A Review of Children of the New Flesh, edited by Chris Kelso and David Leo Rice, via 11:11 Press
In the quest for influences and masters among a new wave of artists and writers wishing to tap into a heritage of darkness and cerebral legitimacy, you could do worse than to position yourself in the riptide behind the strange, cool director David Cronenberg. Cronenberg is that rare artist who has managed to veer into commercially viable, relatively mainstream success while still staying true to his bizarre obsessions and themes. Cronenberg’s iconography has stood out from hordes of other lesser horror and sci fi filmmakers as something otherworldly, disturbing, phantasmagorical, and sexy — if you consider bodily transfiguration and the incursion of foreign inhabitants into your mind to be sexy.
A new book has come out from cutting edge indie publishers 11:11 Press which pays tribute to Cronenberg’s influence on writers in the here and now. Editors Chris Kelso and David Leo Rice have organized a host of other writers to offer up their takes on Cronenberg’s work, with a focus on the early, lesser-known short films of the Canadian auteur. Fittingly for the often biomechanical crossbred subject matter of the movies, the book consists of a hybrid admixture of non-fiction essays and fictional homages which manages to unsettle the reader while providing crucial information.

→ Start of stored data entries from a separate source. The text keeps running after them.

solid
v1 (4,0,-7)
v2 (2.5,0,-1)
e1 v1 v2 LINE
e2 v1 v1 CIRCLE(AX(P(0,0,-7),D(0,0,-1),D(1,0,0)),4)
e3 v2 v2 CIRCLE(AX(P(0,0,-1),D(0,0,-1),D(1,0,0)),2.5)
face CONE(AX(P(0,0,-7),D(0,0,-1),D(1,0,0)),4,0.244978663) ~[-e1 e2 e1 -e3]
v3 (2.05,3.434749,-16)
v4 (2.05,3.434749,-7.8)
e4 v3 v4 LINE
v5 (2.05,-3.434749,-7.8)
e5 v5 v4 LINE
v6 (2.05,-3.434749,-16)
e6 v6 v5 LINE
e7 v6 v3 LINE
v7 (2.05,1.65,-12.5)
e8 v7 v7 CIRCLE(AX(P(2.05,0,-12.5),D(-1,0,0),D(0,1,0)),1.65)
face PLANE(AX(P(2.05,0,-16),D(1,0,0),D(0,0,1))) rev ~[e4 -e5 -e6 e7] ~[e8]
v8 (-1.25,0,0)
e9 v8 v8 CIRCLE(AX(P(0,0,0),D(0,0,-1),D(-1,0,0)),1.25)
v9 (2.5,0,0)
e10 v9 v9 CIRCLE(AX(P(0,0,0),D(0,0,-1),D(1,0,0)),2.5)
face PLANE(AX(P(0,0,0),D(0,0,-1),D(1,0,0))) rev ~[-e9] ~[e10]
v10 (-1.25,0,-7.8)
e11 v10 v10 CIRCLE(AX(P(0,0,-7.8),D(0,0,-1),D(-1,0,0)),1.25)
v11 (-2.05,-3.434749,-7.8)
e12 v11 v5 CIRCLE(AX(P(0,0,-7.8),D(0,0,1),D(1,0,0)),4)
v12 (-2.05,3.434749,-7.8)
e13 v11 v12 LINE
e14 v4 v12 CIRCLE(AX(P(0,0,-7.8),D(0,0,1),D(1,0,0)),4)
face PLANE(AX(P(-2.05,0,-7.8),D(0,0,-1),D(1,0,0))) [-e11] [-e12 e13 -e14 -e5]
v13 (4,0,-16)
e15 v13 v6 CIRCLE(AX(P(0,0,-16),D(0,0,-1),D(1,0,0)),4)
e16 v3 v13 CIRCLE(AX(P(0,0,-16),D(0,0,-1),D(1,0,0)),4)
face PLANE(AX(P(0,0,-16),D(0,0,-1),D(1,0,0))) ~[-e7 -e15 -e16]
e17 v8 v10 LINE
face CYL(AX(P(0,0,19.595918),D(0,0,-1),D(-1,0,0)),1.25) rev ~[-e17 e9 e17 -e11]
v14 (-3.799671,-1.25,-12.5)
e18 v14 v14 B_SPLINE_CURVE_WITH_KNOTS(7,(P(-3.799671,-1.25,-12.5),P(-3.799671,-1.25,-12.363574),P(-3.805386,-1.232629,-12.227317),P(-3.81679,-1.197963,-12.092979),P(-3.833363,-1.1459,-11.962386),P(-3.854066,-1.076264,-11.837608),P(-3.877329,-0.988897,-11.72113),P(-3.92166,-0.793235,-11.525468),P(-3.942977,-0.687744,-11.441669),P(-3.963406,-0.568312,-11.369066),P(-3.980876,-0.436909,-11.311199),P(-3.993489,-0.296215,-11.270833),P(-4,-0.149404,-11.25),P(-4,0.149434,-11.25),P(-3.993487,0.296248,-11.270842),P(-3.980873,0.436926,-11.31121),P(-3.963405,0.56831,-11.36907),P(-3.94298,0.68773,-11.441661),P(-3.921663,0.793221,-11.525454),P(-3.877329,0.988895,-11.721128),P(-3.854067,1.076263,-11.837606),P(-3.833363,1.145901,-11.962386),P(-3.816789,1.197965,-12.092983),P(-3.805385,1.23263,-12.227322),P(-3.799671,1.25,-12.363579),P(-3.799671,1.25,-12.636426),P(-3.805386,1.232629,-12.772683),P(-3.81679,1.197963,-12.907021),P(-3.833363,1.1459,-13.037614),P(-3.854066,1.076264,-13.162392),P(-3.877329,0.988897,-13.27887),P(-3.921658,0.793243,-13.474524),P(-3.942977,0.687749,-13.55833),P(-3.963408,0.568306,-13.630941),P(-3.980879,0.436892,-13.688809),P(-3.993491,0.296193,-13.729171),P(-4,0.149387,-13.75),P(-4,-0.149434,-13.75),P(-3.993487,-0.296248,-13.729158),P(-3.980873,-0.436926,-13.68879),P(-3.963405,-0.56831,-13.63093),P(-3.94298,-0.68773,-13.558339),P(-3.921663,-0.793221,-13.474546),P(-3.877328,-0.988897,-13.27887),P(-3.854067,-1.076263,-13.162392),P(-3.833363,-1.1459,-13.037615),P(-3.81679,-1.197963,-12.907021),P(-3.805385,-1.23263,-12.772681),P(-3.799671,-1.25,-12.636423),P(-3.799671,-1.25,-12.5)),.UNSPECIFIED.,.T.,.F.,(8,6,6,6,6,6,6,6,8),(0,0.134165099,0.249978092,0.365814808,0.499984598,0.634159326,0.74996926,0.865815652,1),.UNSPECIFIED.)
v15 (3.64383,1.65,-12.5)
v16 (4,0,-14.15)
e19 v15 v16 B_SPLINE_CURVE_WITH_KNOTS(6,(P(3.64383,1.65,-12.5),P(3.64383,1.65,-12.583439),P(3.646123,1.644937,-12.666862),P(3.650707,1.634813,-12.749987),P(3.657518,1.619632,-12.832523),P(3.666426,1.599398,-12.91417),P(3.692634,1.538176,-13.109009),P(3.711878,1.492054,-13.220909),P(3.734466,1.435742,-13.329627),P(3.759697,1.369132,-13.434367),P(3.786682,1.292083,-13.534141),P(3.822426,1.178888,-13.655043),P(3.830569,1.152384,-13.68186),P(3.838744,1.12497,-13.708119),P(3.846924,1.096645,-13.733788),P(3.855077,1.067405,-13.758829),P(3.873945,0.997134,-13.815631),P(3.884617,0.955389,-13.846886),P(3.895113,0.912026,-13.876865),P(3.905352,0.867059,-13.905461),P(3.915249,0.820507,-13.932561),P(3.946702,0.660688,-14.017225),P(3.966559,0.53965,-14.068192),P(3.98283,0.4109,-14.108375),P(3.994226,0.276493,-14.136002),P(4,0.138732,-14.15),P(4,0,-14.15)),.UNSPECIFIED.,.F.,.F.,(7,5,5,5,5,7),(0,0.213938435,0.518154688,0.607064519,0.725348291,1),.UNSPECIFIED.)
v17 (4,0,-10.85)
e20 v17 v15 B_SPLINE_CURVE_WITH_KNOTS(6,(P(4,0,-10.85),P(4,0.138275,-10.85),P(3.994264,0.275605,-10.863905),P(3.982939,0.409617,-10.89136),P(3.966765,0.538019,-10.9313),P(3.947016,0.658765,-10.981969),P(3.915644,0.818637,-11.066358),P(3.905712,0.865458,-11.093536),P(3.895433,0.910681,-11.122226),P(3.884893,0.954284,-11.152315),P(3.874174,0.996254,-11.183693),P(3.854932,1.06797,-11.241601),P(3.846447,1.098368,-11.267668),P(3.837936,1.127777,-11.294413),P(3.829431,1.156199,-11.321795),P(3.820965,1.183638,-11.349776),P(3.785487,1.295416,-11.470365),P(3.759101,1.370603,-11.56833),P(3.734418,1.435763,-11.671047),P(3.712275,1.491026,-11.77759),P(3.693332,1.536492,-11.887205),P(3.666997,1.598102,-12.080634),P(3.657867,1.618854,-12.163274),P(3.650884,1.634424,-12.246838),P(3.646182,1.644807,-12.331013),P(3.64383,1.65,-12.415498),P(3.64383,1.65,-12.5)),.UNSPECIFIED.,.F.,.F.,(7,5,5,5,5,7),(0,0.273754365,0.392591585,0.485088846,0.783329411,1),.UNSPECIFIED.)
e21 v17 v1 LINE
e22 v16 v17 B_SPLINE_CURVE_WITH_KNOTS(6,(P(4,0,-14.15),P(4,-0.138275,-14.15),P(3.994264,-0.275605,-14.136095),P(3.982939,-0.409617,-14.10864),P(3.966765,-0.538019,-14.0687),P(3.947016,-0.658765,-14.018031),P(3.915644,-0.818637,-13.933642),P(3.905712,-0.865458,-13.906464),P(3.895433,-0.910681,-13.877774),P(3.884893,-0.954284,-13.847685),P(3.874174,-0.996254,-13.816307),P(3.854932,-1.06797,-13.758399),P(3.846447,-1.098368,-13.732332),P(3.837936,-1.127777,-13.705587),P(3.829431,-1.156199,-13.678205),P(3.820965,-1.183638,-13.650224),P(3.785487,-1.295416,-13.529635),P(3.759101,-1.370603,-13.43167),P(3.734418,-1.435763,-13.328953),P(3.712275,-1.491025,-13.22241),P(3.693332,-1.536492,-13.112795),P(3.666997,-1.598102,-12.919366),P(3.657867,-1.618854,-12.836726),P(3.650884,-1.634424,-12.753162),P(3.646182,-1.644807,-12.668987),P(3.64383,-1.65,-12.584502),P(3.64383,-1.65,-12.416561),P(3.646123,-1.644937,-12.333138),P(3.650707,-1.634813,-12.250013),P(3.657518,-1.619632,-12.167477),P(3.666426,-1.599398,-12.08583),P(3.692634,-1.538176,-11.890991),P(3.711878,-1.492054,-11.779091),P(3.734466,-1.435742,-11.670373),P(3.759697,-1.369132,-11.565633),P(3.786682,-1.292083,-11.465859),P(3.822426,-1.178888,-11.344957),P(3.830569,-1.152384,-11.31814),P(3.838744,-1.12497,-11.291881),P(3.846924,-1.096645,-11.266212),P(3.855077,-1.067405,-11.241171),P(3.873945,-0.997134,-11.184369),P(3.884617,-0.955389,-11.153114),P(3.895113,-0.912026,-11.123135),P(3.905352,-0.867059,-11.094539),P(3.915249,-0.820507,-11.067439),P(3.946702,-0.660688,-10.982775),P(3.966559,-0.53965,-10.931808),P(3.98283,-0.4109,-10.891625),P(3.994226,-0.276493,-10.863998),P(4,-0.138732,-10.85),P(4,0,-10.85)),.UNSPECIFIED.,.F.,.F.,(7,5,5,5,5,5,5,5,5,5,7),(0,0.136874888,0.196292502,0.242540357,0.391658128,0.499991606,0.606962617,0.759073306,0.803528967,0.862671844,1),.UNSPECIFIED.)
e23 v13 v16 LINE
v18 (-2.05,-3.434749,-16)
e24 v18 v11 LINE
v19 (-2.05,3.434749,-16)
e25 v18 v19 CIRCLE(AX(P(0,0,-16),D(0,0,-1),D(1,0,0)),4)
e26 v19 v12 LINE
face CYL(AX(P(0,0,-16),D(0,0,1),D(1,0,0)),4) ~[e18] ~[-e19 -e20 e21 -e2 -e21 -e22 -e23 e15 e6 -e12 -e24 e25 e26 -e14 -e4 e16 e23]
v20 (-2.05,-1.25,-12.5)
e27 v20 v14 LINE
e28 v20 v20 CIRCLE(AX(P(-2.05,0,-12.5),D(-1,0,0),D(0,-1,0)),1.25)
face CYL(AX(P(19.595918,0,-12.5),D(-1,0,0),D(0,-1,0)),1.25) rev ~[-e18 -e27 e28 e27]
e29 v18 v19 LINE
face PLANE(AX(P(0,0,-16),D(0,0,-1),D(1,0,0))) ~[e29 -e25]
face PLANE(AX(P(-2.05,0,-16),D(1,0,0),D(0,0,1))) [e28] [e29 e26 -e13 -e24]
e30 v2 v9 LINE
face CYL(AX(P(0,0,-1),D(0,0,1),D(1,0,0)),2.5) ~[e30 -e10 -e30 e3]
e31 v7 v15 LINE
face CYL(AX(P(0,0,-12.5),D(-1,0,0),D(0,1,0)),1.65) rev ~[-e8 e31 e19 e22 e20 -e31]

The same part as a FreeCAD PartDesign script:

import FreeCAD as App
import Part
import Sketcher


def add_polygon(sketch, points):
    """Adds a closed chain of lines whose ends are joined by coincident constraints."""
    first, n = sketch.GeometryCount, len(points)
    for a, b in zip(points, points[1:] + points[:1]):
        sketch.addGeometry(Part.LineSegment(App.Vector(*a, 0), App.Vector(*b, 0)), False)
    for i in range(n):
        sketch.addConstraint(Sketcher.Constraint("Coincident", first + i, 2, first + (i + 1) % n, 1))

doc = App.newDocument("Part")
body = doc.addObject("PartDesign::Body", "Body")

# Sketch on XZ plane
sketch1 = body.newObject("Sketcher::SketchObject", "Sketch")
sketch1.AttachmentSupport = (doc.getObject("XZ_Plane"), [""])
sketch1.MapMode = "FlatFace"
add_polygon(sketch1, [(2.5, 0), (0, 0), (0, -16), (4, -16), (4, -7), (2.5, -1)])  # lines 0-5
sketch1.addConstraint([
    Sketcher.Constraint("Horizontal", 0),
    Sketcher.Constraint("Vertical", 1),
    Sketcher.Constraint("Horizontal", 2),
    Sketcher.Constraint("Vertical", 3),
    Sketcher.Constraint("Vertical", 5),
    Sketcher.Constraint("Coincident", 0, 2, -1, 1),
    Sketcher.Constraint("DistanceX", 2, 1, 2, 2, 4.0),
    Sketcher.Constraint("DistanceY", 1, 2, 1, 1, 16.0),
    Sketcher.Constraint("DistanceY", 3, 1, 3, 2, 9.0),
    Sketcher.Constraint("DistanceY", 5, 1, 5, 2, 1.0),
    Sketcher.Constraint("DistanceX", 0, 2, 0, 1, 2.5),
])
revolution = body.newObject("PartDesign::Revolution", "Revolution")
revolution.Profile = sketch1
revolution.ReferenceAxis = (sketch1, ["V_Axis"])
revolution.Angle = 360

# Sketch on XZ plane
sketch2 = body.newObject("Sketcher::SketchObject", "Sketch001")
sketch2.AttachmentSupport = (doc.getObject("XZ_Plane"), [""])
sketch2.MapMode = "FlatFace"
add_polygon(sketch2, [(-2, -7.8), (-2, -16), (2, -16), (2, -7.8)])  # lines 0-3
sketch2.addConstraint([
    Sketcher.Constraint("Vertical", 0),
    Sketcher.Constraint("Horizontal", 1),
    Sketcher.Constraint("Vertical", 2),
    Sketcher.Constraint("Horizontal", 3),
    Sketcher.Constraint("DistanceX", 1, 1, 1, 2, 4.1),
    Sketcher.Constraint("DistanceY", 0, 2, 0, 1, 8.2),
    Sketcher.Constraint("DistanceY", 0, 2, -1, 1, 16.0),
    Sketcher.Constraint("DistanceX", 0, 2, -1, 1, 2.05),
])
pocket1 = body.newObject("PartDesign::Pocket", "Pocket")
pocket1.Profile = sketch2
pocket1.Type = "ThroughAll"
pocket1.Midplane = True

# Sketch on YZ plane
sketch3 = body.newObject("Sketcher::SketchObject", "Sketch002")
sketch3.AttachmentSupport = (doc.getObject("YZ_Plane"), [""])
sketch3.MapMode = "FlatFace"
sketch3.addGeometry(Part.Circle(App.Vector(0, -12.5, 0), App.Vector(0, 0, 1), 1.6), False)
sketch3.addConstraint([
    Sketcher.Constraint("PointOnObject", 0, 3, -2),
    Sketcher.Constraint("Diameter", 0, 3.3),
    Sketcher.Constraint("DistanceY", 0, 3, -1, 1, 12.5),
])
pocket2 = body.newObject("PartDesign::Pocket", "Pocket001")
pocket2.Profile = sketch3
pocket2.Type = "ThroughAll"
pocket2.Reversed = True

# Sketch on YZ plane
sketch4 = body.newObject("Sketcher::SketchObject", "Sketch003")
sketch4.AttachmentSupport = (doc.getObject("YZ_Plane"), [""])
sketch4.MapMode = "FlatFace"
sketch4.addGeometry(Part.Circle(App.Vector(0, -12.5, 0), App.Vector(0, 0, 1), 1.2), False)
sketch4.addConstraint([
    Sketcher.Constraint("PointOnObject", 0, 3, -2),
    Sketcher.Constraint("Diameter", 0, 2.5),
    Sketcher.Constraint("DistanceY", 0, 3, -1, 1, 12.5),
])
doc.recompute()
hole = body.newObject("PartDesign::Hole", "Hole")
hole.Profile = sketch4
hole.ThreadType = "None"
hole.Diameter = 2.5
hole.DepthType = "ThroughAll"

# Sketch on XY plane
sketch5 = body.newObject("Sketcher::SketchObject", "Sketch004")
sketch5.AttachmentSupport = (doc.getObject("XY_Plane"), [""])
sketch5.MapMode = "FlatFace"
sketch5.addGeometry(Part.Circle(App.Vector(0, 0, 0), App.Vector(0, 0, 1), 1.2), False)
sketch5.addConstraint([
    Sketcher.Constraint("Coincident", 0, 3, -1, 1),
    Sketcher.Constraint("Diameter", 0, 2.5),
])
doc.recompute()
hole2 = body.newObject("PartDesign::Hole", "Hole001")
hole2.Profile = sketch5
hole2.ThreadType = "None"
hole2.Diameter = 2.5
hole2.DepthType = "ThroughAll"

doc.recompute()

The seven short films discussed here span from the late 60s to the mid 70s and make up the early corpus of Cronenberg which I have not seen. I am one of those people who with the videotape revolution really only saw his movies from the 1980s onward, such as Scanners, Videodrome, The Fly, Naked Lunch, and Crash. I have seen some of his newer pictures, which seem more psychological than based in body horror, and I liked them, especially Maps to the Stars. From the descriptions in the book (the whole middle section is short essays describing the early shorts followed by responses), these little-known shorter films, like the later movies, perhaps with the exception of 2022’s Crimes of the Future, to touch on abnormal psychology, parapsychology, horrors of the mind. Perhaps their more meager budgets in the 1960s and 70s did not enable the special effects which came later in Cronenberg’s career, allowing for the mutations, gore, and violence which became his peculiar bread and butter in the 80s.

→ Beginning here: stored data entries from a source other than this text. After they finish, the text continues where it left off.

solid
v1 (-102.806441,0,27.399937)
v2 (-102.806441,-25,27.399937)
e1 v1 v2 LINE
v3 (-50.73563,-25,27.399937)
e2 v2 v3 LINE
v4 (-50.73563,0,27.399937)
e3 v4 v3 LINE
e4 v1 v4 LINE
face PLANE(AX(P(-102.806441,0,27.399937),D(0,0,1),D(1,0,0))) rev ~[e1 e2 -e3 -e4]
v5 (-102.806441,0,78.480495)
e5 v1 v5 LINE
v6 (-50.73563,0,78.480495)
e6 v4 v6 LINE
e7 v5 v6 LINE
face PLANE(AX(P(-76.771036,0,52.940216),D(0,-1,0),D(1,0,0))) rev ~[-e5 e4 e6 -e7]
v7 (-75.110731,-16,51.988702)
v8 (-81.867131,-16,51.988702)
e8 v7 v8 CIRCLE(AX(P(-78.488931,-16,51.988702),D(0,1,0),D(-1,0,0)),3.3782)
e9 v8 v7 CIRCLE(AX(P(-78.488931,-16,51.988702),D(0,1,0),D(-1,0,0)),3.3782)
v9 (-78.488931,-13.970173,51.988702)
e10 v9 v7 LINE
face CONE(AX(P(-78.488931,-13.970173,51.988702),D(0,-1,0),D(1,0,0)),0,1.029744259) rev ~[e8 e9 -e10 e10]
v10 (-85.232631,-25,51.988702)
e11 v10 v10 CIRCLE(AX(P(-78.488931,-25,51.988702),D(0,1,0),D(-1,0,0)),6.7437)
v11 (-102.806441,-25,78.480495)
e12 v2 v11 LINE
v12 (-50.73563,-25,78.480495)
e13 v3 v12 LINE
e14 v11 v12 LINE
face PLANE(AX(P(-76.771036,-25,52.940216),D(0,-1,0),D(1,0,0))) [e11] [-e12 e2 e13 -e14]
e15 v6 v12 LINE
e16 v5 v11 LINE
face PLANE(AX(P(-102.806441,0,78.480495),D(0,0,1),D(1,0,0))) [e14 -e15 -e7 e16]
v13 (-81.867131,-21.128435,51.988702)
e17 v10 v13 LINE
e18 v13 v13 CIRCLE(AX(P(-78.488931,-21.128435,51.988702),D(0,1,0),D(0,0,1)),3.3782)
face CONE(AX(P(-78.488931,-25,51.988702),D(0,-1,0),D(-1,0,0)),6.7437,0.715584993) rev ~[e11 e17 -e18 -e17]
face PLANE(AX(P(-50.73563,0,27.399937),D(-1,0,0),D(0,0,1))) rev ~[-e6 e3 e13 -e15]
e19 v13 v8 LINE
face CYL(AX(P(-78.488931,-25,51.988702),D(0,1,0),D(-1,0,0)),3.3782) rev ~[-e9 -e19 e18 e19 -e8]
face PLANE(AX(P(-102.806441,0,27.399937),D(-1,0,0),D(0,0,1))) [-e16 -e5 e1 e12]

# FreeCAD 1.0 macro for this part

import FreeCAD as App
import Part
import Sketcher
Q = App.Units.Quantity

doc = App.newDocument("Part")
body = doc.addObject("PartDesign::Body", "Body")

sketch1 = body.newObject("Sketcher::SketchObject", "Sketch")
sketch1.AttachmentSupport = (doc.getObject("XZ_Plane"), [""])
sketch1.MapMode = "FlatFace"
sketch1.addGeometry([
    Part.LineSegment(App.Vector(-103, 78, 0), App.Vector(-103, 27, 0)),
    Part.LineSegment(App.Vector(-103, 27, 0), App.Vector(-51, 27, 0)),
    Part.LineSegment(App.Vector(-51, 27, 0), App.Vector(-51, 78, 0)),
    Part.LineSegment(App.Vector(-51, 78, 0), App.Vector(-103, 78, 0)),
], False)
sketch1.addConstraint([
    Sketcher.Constraint("Coincident", 0, 2, 1, 1),
    Sketcher.Constraint("Coincident", 1, 2, 2, 1),
    Sketcher.Constraint("Coincident", 2, 2, 3, 1),
    Sketcher.Constraint("Coincident", 3, 2, 0, 1),
    Sketcher.Constraint("Vertical", 0),
    Sketcher.Constraint("Horizontal", 1),
    Sketcher.Constraint("Vertical", 2),
    Sketcher.Constraint("Horizontal", 3),
    Sketcher.Constraint("DistanceX", 1, 1, 1, 2, Q("52.070811 mm")),
    Sketcher.Constraint("DistanceY", 0, 2, 0, 1, Q("51.080558 mm")),
    Sketcher.Constraint("DistanceX", 0, 2, -1, 1, Q("102.806441 mm")),
    Sketcher.Constraint("DistanceY", -1, 1, 0, 2, Q("27.399937 mm")),
])
pad1 = body.newObject("PartDesign::Pad", "Pad")
pad1.Profile = sketch1
pad1.Length = 25

sketch2 = body.newObject("Sketcher::SketchObject", "Sketch001")
sketch2.AttachmentSupport = (doc.getObject("XZ_Plane"), [""])
sketch2.MapMode = "FlatFace"
sketch2.AttachmentOffset = App.Placement(App.Vector(0, 0, 25), App.Rotation())
sketch2.addGeometry(Part.Circle(App.Vector(-78.5, 52, 0), App.Vector(0, 0, 1), 3.4), False)
sketch2.addConstraint([
    Sketcher.Constraint("Diameter", 0, Q("6.7564 mm")),
    Sketcher.Constraint("DistanceX", 0, 3, -1, 1, Q("78.488931 mm")),
    Sketcher.Constraint("DistanceY", -1, 1, 0, 3, Q("51.988702 mm")),
])
doc.recompute()
hole = body.newObject("PartDesign::Hole", "Hole")
hole.Profile = sketch2
hole.ThreadType = "None"
hole.Diameter = 6.7564
hole.DepthType = "Dimension"
hole.Depth = 9
hole.DrillPoint = "Angled"
hole.DrillPointAngle = 118
hole.HoleCutType = "Countersink"
hole.HoleCutDiameter = 13.4874
hole.HoleCutCountersinkAngle = 82

doc.recompute()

The brainpower on display in the book’s writings is staggering and head-exploding, but the critical high-point of the book for me came in the form of David Leo Rice’s essay near the beginning titled “Long Live the Heroic Pervert: On Seeking Live Flesh in an Undead Age.” Rice is a perceptive, intelligent critic capable of insights into the contemporary relevance of what might otherwise seem like a niche director making money off curiosities of genre horror and sci fi. The full array of critical light Rice shines on Cronenberg, technology, modernity, and art will need to be explored by those who read the book and the essay for themselves, but Rice hits a sensitive, fresh wound when he talks about 2022, a year which lurks through the book like the scariest monster taking a new shape — the involutions and folds of the Internet — that is impossible to deflect:
We believe we’ve dodged a bullet by, so far, avoiding mass implantation or a literal ‘Rise of the Machines,’ but we are more networked and abstracted from our own autonomy than we would be if we simply had bionic body parts, or lived inside mech-suits—at least in that case we could fantasize about taking them off…The fact that this new evolutionary step was accomplished willingly, by promising to satisfy our own narcissism, loneliness, insecurity, ambivalent horniness, longing for the void and need for convenience makes it seem as though no act of violence was perpetrated, which in a sense is true, and yet the result of this willing transfer of body and mind into the ether may be more violent, by many scales of magnitude, than anything art can encompass.
Cronenberg’s art about mental abnormality, new mutations, and cursed societies has much to prophesy about the present moment in which we are, as a widespread collective of social media addicts, tapped into the vast fear machine network that is running at full speed.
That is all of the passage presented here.